對這個說明,伍隊長未置一詞,謝了那位病友,送他走以後,才轉身厲聲責問薛宇:

「你是不是把前天咱們開會的情況告訴呂月月了?」

薛宇一頭冷汗出來:「我沒告訴她,我什麼都沒說,昨天我走的時候她情緒挺好的。不過……」薛宇遲疑了一下,「不過,她早知道會議的情況。」

伍隊長環顧在場的人,特別狠狠地看了劉保華一眼,「誰告訴她的?」

沒人吭聲。

就在他們在醫院裡進行這場調查的時候,我和潘小偉乘坐的計程車已經全速開上了京密公路,帶著激動和恐懼、幻想和不安、充實和迷惘,開始了我們危險的逃亡之旅。

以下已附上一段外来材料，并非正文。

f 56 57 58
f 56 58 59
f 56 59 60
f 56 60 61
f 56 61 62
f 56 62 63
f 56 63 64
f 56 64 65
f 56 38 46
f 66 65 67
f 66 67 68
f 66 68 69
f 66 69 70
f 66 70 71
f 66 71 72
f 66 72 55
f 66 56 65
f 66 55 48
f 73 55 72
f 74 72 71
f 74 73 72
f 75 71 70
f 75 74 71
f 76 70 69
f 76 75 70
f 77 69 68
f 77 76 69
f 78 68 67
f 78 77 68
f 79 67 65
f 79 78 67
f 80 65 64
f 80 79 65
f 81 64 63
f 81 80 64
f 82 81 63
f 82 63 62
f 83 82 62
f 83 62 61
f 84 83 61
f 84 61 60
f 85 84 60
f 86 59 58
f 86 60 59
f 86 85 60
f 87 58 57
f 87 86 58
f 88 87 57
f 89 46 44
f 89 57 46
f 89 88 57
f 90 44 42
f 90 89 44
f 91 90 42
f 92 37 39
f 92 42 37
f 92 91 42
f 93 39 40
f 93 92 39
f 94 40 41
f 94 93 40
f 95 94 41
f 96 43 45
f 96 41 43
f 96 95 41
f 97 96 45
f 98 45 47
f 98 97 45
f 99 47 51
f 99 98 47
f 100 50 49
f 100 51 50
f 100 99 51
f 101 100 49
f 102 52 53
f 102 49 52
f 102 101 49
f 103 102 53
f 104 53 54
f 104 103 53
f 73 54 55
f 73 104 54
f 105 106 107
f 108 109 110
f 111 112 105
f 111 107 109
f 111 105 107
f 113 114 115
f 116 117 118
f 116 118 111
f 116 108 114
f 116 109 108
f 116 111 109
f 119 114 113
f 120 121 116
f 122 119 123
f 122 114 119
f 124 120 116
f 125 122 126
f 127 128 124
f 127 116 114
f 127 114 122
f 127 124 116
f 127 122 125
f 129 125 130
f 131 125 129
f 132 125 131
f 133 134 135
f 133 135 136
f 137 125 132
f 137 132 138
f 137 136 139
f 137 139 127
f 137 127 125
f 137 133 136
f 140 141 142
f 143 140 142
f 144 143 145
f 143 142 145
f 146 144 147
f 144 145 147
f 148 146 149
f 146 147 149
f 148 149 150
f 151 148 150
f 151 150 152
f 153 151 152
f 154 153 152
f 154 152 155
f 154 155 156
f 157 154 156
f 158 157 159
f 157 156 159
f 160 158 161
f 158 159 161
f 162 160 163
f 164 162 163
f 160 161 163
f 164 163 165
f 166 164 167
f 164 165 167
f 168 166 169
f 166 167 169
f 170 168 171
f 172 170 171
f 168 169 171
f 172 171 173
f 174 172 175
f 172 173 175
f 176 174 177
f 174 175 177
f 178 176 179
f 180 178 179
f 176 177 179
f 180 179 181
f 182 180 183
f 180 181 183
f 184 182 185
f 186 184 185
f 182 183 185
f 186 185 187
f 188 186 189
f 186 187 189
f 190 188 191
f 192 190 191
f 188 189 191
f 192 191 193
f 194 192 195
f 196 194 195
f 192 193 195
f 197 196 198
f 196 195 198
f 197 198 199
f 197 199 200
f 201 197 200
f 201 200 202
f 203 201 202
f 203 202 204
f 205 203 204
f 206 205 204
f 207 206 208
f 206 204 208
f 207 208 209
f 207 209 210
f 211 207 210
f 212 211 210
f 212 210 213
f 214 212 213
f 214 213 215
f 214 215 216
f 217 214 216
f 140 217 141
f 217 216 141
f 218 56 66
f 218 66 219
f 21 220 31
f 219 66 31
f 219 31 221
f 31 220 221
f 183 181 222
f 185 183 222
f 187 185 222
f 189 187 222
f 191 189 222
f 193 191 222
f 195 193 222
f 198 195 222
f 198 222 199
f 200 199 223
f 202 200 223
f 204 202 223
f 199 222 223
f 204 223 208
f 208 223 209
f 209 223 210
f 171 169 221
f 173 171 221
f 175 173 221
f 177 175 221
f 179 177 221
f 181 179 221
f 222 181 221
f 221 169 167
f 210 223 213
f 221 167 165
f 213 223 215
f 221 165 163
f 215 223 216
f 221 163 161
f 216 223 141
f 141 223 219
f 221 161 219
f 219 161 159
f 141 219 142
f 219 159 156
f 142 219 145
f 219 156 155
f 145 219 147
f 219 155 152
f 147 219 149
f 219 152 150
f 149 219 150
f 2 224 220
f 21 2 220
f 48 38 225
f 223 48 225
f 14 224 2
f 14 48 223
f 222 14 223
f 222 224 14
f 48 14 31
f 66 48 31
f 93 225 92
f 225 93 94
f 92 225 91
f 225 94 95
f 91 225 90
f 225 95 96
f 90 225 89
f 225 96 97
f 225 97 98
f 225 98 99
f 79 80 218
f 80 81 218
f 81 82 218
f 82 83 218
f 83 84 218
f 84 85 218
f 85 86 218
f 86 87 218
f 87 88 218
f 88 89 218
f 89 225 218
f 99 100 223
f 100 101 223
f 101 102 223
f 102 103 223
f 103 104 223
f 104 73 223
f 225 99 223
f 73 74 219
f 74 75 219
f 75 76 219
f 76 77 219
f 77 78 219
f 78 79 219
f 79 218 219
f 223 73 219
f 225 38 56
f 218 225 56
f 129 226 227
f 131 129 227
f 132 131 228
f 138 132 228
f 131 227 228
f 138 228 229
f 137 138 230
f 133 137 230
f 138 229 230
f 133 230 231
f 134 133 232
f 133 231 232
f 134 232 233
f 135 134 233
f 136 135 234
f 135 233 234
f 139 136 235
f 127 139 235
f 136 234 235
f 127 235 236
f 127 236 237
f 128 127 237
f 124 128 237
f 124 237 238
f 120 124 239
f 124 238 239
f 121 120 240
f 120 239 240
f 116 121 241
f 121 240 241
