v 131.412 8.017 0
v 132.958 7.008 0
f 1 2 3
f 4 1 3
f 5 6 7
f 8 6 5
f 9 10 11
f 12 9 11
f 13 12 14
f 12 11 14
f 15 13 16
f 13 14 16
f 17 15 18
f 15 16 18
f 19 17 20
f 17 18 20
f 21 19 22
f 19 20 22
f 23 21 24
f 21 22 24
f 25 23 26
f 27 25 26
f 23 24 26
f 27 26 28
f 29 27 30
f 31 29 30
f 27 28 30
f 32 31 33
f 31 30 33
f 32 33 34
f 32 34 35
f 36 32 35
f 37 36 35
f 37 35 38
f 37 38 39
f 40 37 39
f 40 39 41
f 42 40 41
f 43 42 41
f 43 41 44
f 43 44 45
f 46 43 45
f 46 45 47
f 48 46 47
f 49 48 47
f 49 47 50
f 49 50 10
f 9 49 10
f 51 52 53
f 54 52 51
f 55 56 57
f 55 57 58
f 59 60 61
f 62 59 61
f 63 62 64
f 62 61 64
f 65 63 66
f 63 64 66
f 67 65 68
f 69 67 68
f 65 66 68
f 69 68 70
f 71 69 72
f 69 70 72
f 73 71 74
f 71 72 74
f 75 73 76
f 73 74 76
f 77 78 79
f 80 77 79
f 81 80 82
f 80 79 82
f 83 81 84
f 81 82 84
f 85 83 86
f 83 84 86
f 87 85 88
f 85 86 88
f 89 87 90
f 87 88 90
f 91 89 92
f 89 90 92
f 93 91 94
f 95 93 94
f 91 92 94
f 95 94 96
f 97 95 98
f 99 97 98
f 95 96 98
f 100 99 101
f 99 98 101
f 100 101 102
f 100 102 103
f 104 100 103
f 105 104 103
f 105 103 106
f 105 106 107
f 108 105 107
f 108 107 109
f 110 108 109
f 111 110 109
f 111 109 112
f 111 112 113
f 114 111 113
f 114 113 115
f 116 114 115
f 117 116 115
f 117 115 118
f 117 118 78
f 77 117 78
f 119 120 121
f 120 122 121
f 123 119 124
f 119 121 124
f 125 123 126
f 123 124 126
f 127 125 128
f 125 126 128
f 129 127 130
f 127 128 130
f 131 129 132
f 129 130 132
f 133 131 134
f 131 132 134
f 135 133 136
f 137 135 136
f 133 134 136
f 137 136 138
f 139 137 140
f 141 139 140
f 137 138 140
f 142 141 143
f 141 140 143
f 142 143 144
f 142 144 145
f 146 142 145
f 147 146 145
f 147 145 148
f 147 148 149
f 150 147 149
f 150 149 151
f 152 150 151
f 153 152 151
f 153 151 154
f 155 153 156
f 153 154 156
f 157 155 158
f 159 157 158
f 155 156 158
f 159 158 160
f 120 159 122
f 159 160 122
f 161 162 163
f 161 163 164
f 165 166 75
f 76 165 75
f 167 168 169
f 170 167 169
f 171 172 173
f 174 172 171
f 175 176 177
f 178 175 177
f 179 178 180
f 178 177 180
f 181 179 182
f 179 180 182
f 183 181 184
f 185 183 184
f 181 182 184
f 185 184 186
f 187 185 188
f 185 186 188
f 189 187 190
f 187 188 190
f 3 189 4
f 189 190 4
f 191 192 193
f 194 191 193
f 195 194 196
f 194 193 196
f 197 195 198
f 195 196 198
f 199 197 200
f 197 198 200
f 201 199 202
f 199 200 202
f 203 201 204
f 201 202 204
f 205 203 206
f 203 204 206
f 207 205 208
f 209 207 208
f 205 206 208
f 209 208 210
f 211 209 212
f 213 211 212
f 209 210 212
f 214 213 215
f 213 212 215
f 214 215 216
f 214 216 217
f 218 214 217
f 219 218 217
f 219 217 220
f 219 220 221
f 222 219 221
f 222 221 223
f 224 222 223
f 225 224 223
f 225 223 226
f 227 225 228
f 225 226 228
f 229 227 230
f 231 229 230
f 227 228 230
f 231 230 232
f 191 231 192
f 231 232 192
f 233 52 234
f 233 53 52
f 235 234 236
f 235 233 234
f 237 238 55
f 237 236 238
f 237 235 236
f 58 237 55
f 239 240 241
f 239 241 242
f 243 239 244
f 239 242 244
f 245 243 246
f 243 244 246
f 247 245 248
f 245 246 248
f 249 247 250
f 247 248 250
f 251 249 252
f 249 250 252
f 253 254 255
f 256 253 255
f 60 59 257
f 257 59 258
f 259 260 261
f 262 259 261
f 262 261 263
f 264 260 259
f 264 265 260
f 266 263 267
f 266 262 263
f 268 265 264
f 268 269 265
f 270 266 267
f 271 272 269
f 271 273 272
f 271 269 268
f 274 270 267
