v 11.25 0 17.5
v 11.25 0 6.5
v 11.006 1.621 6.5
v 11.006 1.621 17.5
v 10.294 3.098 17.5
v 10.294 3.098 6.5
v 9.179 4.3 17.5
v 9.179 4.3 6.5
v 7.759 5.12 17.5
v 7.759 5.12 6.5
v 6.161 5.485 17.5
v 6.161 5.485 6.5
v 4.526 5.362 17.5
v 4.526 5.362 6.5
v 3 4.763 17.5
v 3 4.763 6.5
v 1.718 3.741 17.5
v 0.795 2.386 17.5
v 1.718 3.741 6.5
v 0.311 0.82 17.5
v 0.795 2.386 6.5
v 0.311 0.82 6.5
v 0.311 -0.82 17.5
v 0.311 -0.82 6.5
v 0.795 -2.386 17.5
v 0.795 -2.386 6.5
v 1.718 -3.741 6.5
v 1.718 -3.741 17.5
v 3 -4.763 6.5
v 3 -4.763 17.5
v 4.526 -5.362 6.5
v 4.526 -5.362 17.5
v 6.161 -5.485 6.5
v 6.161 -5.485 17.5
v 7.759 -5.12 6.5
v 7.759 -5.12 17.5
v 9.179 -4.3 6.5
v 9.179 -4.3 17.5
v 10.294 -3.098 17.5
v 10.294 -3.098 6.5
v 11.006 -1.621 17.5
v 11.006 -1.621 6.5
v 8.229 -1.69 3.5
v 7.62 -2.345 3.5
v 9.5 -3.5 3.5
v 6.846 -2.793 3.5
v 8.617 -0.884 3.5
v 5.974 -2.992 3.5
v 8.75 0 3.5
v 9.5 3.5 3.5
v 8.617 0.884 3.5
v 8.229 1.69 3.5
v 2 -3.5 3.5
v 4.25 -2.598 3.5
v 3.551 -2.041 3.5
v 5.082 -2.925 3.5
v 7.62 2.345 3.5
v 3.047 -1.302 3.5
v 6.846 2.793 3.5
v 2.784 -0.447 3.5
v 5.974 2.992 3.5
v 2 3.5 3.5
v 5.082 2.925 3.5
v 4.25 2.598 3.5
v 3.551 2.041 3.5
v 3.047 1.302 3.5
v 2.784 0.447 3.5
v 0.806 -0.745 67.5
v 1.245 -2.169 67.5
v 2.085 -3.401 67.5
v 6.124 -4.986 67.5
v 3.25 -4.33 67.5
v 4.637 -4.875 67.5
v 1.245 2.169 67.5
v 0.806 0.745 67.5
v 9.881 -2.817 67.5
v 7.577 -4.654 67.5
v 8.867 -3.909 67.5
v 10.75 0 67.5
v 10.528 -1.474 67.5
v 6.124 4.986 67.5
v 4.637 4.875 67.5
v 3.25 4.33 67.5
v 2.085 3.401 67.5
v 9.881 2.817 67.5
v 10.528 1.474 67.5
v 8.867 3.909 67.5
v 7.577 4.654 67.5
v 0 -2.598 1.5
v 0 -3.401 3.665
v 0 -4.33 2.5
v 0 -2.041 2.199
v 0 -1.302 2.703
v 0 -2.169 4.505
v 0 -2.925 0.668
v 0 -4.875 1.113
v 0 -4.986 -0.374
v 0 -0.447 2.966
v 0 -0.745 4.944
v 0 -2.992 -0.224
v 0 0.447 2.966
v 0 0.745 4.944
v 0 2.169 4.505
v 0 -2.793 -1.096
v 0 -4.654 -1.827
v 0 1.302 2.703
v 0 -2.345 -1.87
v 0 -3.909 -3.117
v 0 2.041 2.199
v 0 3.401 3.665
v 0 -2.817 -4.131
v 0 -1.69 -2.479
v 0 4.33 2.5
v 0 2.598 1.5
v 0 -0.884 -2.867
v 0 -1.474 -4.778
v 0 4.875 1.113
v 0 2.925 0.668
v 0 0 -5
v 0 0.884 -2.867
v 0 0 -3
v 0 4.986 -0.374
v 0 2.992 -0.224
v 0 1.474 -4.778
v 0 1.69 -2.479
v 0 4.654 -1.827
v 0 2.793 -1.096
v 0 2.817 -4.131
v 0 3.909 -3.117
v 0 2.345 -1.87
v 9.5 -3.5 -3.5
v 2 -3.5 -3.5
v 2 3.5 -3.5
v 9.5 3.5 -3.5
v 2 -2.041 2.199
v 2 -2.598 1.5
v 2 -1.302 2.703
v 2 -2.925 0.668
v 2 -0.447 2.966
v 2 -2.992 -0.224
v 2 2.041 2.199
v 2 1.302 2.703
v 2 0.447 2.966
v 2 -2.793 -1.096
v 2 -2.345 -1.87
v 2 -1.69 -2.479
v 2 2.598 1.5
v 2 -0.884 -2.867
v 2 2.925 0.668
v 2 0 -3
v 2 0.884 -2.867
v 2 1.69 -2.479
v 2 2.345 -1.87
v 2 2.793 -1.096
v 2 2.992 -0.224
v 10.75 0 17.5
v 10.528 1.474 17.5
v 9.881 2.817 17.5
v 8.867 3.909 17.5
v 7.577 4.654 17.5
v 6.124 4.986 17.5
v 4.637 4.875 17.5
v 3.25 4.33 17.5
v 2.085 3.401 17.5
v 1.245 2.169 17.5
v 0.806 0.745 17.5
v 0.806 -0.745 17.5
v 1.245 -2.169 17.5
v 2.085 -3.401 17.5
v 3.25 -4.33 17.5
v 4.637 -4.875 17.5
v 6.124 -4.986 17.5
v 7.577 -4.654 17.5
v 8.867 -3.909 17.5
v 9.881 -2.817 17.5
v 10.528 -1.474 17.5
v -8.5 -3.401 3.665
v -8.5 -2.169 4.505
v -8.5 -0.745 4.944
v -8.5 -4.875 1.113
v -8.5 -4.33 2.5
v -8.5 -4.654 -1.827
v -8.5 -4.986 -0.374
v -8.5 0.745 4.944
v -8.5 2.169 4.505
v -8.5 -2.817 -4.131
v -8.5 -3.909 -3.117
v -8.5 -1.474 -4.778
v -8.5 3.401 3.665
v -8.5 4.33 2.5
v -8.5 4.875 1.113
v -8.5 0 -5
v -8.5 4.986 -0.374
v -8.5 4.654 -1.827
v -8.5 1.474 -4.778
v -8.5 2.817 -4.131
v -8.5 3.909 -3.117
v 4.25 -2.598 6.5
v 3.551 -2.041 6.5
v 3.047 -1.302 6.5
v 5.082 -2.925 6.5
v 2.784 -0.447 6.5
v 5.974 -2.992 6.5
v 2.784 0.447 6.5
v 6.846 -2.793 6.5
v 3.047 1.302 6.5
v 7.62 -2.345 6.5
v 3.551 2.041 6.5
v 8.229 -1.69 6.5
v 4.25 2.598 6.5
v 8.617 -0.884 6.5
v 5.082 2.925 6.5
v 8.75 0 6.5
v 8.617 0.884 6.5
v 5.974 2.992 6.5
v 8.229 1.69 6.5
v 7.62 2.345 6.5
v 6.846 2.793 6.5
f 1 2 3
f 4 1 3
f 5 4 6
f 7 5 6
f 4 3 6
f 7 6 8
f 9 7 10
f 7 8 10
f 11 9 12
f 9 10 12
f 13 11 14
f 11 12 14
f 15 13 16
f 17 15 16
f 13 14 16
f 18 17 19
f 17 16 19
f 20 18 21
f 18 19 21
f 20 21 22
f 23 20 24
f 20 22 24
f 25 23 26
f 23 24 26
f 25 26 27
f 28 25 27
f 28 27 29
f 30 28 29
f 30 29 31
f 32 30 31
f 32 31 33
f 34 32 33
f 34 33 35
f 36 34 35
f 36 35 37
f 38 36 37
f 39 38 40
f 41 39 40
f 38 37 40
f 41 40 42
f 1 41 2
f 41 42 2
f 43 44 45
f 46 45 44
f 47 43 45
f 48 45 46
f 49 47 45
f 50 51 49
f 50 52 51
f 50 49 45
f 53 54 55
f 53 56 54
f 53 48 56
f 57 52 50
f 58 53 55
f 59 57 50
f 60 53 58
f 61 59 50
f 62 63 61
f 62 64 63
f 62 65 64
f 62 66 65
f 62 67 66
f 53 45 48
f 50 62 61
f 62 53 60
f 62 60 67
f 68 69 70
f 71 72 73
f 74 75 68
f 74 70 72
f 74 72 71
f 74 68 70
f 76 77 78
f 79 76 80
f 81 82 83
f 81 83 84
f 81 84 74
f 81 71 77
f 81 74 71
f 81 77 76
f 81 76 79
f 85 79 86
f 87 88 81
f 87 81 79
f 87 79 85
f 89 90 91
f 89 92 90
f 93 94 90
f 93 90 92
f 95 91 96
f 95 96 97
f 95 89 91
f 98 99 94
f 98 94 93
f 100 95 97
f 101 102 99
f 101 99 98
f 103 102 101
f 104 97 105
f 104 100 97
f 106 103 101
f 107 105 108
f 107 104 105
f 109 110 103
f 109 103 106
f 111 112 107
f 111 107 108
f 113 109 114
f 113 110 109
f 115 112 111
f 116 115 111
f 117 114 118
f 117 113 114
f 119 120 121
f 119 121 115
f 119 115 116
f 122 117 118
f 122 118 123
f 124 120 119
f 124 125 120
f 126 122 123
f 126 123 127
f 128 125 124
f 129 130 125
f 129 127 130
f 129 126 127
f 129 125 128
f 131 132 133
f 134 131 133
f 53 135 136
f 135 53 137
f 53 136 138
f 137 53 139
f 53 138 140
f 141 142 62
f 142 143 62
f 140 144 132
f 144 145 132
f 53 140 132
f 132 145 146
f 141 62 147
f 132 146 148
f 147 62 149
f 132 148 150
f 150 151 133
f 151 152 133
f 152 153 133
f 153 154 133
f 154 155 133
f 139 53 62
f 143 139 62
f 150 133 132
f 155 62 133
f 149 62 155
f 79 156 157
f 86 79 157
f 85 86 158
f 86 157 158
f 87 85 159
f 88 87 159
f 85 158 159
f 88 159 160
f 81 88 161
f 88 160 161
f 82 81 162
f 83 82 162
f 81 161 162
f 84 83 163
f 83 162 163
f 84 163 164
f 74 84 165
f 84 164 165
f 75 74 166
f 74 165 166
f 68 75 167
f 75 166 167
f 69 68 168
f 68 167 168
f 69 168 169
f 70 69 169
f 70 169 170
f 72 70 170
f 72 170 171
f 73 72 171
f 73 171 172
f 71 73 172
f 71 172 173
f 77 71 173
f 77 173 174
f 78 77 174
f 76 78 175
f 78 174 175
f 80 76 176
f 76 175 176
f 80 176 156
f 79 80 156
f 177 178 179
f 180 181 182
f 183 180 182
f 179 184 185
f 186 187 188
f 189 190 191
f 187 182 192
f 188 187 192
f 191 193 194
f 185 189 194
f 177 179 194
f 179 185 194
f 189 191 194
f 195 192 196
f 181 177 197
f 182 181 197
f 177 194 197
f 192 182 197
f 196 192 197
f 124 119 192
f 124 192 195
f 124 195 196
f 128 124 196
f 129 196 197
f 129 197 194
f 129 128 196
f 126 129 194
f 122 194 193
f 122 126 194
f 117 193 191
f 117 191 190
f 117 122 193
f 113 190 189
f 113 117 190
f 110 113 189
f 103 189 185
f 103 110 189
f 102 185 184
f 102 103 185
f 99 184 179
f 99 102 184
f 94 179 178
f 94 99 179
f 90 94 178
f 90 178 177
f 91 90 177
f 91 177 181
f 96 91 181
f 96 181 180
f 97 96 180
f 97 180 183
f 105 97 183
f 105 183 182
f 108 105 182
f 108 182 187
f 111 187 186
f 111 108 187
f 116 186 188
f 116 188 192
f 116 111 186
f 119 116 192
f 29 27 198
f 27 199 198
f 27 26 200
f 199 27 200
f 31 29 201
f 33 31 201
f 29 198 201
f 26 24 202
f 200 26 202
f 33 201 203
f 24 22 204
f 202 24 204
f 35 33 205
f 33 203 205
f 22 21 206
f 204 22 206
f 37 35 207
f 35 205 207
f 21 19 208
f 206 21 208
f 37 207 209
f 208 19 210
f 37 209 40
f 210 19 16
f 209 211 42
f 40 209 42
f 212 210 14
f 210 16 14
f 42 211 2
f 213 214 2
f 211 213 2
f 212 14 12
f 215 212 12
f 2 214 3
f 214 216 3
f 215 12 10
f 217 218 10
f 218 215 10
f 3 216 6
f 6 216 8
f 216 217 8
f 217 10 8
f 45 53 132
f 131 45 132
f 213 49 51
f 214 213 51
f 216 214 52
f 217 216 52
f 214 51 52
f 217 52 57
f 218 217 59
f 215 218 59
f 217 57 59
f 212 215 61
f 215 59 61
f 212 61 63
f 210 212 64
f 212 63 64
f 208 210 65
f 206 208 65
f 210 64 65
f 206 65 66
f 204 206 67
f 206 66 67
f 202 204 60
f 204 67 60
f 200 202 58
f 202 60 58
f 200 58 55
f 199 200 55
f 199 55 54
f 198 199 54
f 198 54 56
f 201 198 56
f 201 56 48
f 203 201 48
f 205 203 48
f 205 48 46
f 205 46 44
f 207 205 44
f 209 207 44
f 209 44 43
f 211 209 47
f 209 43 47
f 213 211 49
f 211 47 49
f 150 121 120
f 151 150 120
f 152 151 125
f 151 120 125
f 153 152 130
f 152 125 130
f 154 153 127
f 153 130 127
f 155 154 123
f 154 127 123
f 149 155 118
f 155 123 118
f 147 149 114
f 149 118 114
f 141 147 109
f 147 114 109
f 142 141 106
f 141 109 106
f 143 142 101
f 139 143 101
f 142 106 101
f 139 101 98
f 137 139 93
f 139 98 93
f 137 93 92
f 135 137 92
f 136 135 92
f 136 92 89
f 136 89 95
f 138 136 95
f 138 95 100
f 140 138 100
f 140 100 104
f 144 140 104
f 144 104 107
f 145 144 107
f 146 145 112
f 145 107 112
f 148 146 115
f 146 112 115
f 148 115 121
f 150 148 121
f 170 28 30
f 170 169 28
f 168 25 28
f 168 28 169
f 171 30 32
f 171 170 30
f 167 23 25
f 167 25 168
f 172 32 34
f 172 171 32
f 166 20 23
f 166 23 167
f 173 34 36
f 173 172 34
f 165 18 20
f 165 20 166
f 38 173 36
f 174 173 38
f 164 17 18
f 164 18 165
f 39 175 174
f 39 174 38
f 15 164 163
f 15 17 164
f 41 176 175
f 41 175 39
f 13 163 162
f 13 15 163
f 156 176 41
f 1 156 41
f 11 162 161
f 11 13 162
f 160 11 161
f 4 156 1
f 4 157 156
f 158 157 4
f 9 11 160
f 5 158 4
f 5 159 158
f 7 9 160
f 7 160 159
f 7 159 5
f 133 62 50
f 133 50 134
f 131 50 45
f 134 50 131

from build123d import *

# Parameters (mm, degrees)
SKETCH1_R              = 5
BARREL_CONNECTOR_DEPTH = 8.5
SKETCH2_R              = 3
BOSS_EXTRUDE2_DEPTH    = 2
SKETCH3_W              = 7
SKETCH3_H              = 7
BOSS_EXTRUDE3_DEPTH    = 7.5
SKETCH4_R              = 3
BOSS_EXTRUDE4_DEPTH    = 3
SKETCH5_R              = 5.5
BOSS_EXTRUDE5_DEPTH    = 11
SKETCH6_R              = 5
BOSS_EXTRUDE6_DEPTH    = 50


with BuildPart() as part:
    # Sketch1 → Barrel Connector (new body)
    with BuildSketch(Plane(origin=(0, 0, 0), x_dir=(0, 0, -1), z_dir=(1, 0, 0))):
        Circle(SKETCH1_R)
    extrude(amount=-BARREL_CONNECTOR_DEPTH)

    # Sketch2 → Boss-Extrude2 (add)
    with BuildSketch(Plane(origin=(0, 0, 0), x_dir=(0, 0, -1), z_dir=(1, 0, 0))):
        Circle(SKETCH2_R)
    extrude(amount=BOSS_EXTRUDE2_DEPTH)

    # Sketch3 → Boss-Extrude3 (add)
    with BuildSketch(Plane(origin=(2, 0, 0), x_dir=(0, 0, -1), z_dir=(1, 0, 0))):
        Rectangle(SKETCH3_W, SKETCH3_H)
    extrude(amount=BOSS_EXTRUDE3_DEPTH)

    # Sketch4 → Boss-Extrude4 (add)
    with BuildSketch(Plane.XY.offset(3.5)):
        with Locations((5.75, 0)):
            Circle(SKETCH4_R)
    extrude(amount=BOSS_EXTRUDE4_DEPTH)

    # Sketch5 → Boss-Extrude5 (add)
    with BuildSketch(Plane.XY.offset(6.5)):
        with Locations((5.75, 0)):
            Circle(SKETCH5_R)
    extrude(amount=BOSS_EXTRUDE5_DEPTH)

    # Sketch6 → Boss-Extrude6 (add)
    with BuildSketch(Plane.XY.offset(17.5)):
        with Locations((5.75, 0)):
            Circle(SKETCH6_R)
    extrude(amount=BOSS_EXTRUDE6_DEPTH)


solid = part.part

下午兩點多鐘我們離開大路,拐進一條樹木掩映的山間小徑。除了車輪沙沙的響動,路上靜得只有樹葉的婆娑,越往前走越見山深林密,道路崎嶇。經過十多分鐘的輾轉盤旋,我們到達了潘氏兄弟的那個臨時藏身之所。

這座乳白色的別墅在槐楊鬱郁的簇擁之下,寧靜而又一塵不染。潘小偉付了司機多一倍的錢,然後領我跳躍著踏上臺階。別墅的大門意外地鎖著,潘小偉用力敲了敲,無人應聲。他匆匆地圍著房子繞了一圈,發現那輛麵包車也不見了,不禁疑惑。愣了一會兒,他翻上陽臺,陽臺的門是虛掩的。他拉著我爬上去,從陽臺進了房間。